# What Oil to use for a Pontiac 400



## 67 GTO (Nov 26, 2011)

Hey guys, the simple but crucial question is, what is the right oil to use in a Pontiac 400? 10W 30, 10w 40? How many quarts as well? It has a roller cam in it as well. It's a simple question but important.


----------



## 05GTO (Oct 6, 2004)

Where are you located, in colder climates a lower viscosity is preferred,


----------



## 67 GTO (Nov 26, 2011)

I forgot to mention its a 67, and I am located In New Jersey!!


----------



## Matthew (Feb 11, 2011)

Recommend Brad Penn 10W 30. Most likely 5 quarts with a filter change. Matt


----------



## 67 GTO (Nov 26, 2011)

is the 10w 30 to light for these old motors?


----------



## jmt455 (Mar 26, 2012)

67 GTO said:


> is the 10w 30 to light for these old motors?
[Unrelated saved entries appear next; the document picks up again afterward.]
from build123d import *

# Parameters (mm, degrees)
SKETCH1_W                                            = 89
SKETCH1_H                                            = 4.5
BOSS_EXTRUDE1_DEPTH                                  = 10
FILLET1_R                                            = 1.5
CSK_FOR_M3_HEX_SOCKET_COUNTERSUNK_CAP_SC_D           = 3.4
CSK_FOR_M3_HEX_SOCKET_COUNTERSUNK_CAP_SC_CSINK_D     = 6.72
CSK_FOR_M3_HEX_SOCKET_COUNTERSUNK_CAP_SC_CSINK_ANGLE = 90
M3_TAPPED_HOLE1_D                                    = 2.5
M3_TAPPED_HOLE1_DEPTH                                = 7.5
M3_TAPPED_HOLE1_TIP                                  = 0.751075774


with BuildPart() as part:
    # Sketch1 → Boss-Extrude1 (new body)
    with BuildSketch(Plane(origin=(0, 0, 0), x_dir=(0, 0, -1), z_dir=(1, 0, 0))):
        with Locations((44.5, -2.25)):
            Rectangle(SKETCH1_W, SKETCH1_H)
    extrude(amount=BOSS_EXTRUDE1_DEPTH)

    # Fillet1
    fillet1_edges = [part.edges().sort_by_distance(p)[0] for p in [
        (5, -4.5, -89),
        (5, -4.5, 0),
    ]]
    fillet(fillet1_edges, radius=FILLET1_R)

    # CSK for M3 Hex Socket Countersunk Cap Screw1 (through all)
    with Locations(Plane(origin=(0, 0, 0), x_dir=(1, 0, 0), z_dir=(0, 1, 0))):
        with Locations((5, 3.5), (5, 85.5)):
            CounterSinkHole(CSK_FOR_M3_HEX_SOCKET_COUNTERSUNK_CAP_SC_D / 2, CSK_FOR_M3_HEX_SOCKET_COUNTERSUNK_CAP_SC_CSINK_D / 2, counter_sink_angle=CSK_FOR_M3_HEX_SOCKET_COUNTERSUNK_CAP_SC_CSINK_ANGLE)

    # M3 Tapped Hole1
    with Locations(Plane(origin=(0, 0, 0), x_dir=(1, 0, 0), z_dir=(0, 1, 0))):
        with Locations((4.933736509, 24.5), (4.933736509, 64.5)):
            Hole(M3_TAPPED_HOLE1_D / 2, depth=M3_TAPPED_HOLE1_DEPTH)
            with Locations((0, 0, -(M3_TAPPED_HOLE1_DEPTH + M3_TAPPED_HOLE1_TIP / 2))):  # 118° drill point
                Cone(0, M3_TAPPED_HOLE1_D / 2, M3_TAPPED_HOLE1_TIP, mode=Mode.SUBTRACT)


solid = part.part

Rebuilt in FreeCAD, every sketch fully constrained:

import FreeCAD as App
import Part
import Sketcher
Q = App.Units.Quantity


def edges_at(feature, points):
    """Names of the edges that pass closest to the given points."""
    edges = feature.Shape.Edges
    near = lambda p: min(range(len(edges)), key=lambda i: edges[i].distToShape(Part.Vertex(*p))[0])
    return sorted({f"Edge{near(p) + 1}" for p in points})


def add_polygon(sketch, points):
    """Adds a closed chain of lines whose ends are joined by coincident constraints."""
    first, n = sketch.GeometryCount, len(points)
    for a, b in zip(points, points[1:] + points[:1]):
        sketch.addGeometry(Part.LineSegment(App.Vector(*a, 0), App.Vector(*b, 0)), False)
    for i in range(n):
        sketch.addConstraint(Sketcher.Constraint("Coincident", first + i, 2, first + (i + 1) % n, 1))

doc = App.newDocument("Part")
body = doc.addObject("PartDesign::Body", "Body")

sketch1 = doc.addObject("Sketcher::SketchObject", "Sketch")
body.addObject(sketch1)
sketch1.AttachmentSupport = (doc.YZ_Plane, [""])
sketch1.MapMode = "FlatFace"
add_polygon(sketch1, [(0, 0), (-4.5, 0), (-4.5, -89), (0, -89)])
sketch1.addConstraint([
    Sketcher.Constraint("Horizontal", 0),
    Sketcher.Constraint("Vertical", 1),
    Sketcher.Constraint("Horizontal", 2),
    Sketcher.Constraint("Vertical", 3),
    Sketcher.Constraint("Coincident", 3, 2, -1, 1),
    Sketcher.Constraint("DistanceY", 1, 2, 1, 1, Q("89 mm")),
    Sketcher.Constraint("DistanceX", 0, 2, 0, 1, Q("4.5 mm")),
])
pad1 = doc.addObject("PartDesign::Pad", "Pad")
body.addObject(pad1)
pad1.Profile = sketch1
pad1.Length = 10
doc.recompute()

fillet = doc.addObject("PartDesign::Fillet", "Fillet")
body.addObject(fillet)
fillet.Base = (pad1, edges_at(pad1, [(5, -4.5, -89), (5, -4.5, 0)]))
fillet.Radius = 1.5

sketch2 = doc.addObject("Sketcher::SketchObject", "Sketch001")
body.addObject(sketch2)
sketch2.AttachmentSupport = (doc.XZ_Plane, [""])
sketch2.MapMode = "FlatFace"
sketch2.addGeometry([
    Part.Circle(App.Vector(5, -3.5, 0), App.Vector(0, 0, 1), 1.7),
    Part.Circle(App.Vector(5, -85.5, 0), App.Vector(0, 0, 1), 1.7),
], False)
sketch2.addConstraint([
    Sketcher.Constraint("Equal", 0, 1),
    Sketcher.Constraint("Vertical", 0, 3, 1, 3),
    Sketcher.Constraint("Diameter", 0, Q("3.4 mm")),
    Sketcher.Constraint("DistanceX", -1, 1, 0, 3, Q("5 mm")),
    Sketcher.Constraint("DistanceY", 1, 3, 0, 3, Q("82 mm")),
    Sketcher.Constraint("DistanceY", 0, 3, -1, 1, Q("3.5 mm")),
])
doc.recompute()
hole = doc.addObject("PartDesign::Hole", "Hole")
body.addObject(hole)
hole.Profile = sketch2
hole.ThreadType = "None"
hole.Diameter = 3.4
hole.DepthType = "ThroughAll"
hole.HoleCutType = "Countersink"
hole.HoleCutDiameter = 6.72
hole.HoleCutCountersinkAngle = 90
hole.Reversed = True

sketch3 = doc.addObject("Sketcher::SketchObject", "Sketch002")
body.addObject(sketch3)
sketch3.AttachmentSupport = (doc.XZ_Plane, [""])
sketch3.MapMode = "FlatFace"
sketch3.addGeometry([
    Part.Circle(App.Vector(4.933737, -24.5, 0), App.Vector(0, 0, 1), 1.25),
    Part.Circle(App.Vector(4.933737, -64.5, 0), App.Vector(0, 0, 1), 1.25),
], False)
sketch3.addConstraint([
    Sketcher.Constraint("Equal", 0, 1),
    Sketcher.Constraint("Vertical", 0, 3, 1, 3),
    Sketcher.Constraint("Diameter", 0, Q("2.5 mm")),
    Sketcher.Constraint("DistanceY", 1, 3, 0, 3, Q("40 mm")),
    Sketcher.Constraint("DistanceY", 0, 3, -1, 1, Q("24.5 mm")),
    Sketcher.Constraint("DistanceX", -1, 1, 0, 3, Q("4.933737 mm")),
])
doc.recompute()
hole2 = doc.addObject("PartDesign::Hole", "Hole001")
body.addObject(hole2)
hole2.Profile = sketch3
hole2.ThreadType = "None"
hole2.Diameter = 2.5
hole2.DepthType = "Dimension"
hole2.Depth = 7.5
hole2.DrillPoint = "Angled"
hole2.DrillPointAngle = 118
hole2.Reversed = True

doc.recompute()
No, 10W30 is not too light...unless that engine was specifically built for racing us and has unique oiling requirements, or if it needs higher viscosity lubricant due to component wear.


The OEM oil recommendations (from the Factory Service Manuals) were as follows:

For operation in temperatures from -30F to +20F: 5W, 5W-20 or 5W-30
For operation in temperatures from 0F to 60F: 10W, 5W-30, 10W-30, 10W-40
For operation in temperatures from 20F to 100F or above: 20W, 10W-30, 10W-40, 20W-40



I also use the Brad Penn 10W-30 that Matthew recommended. I believe the higher zinc content is better suited to the flat tappet cams/lifters. If I had a roller cam & lifters, I would probably use a "normal" 10W-30 brand. 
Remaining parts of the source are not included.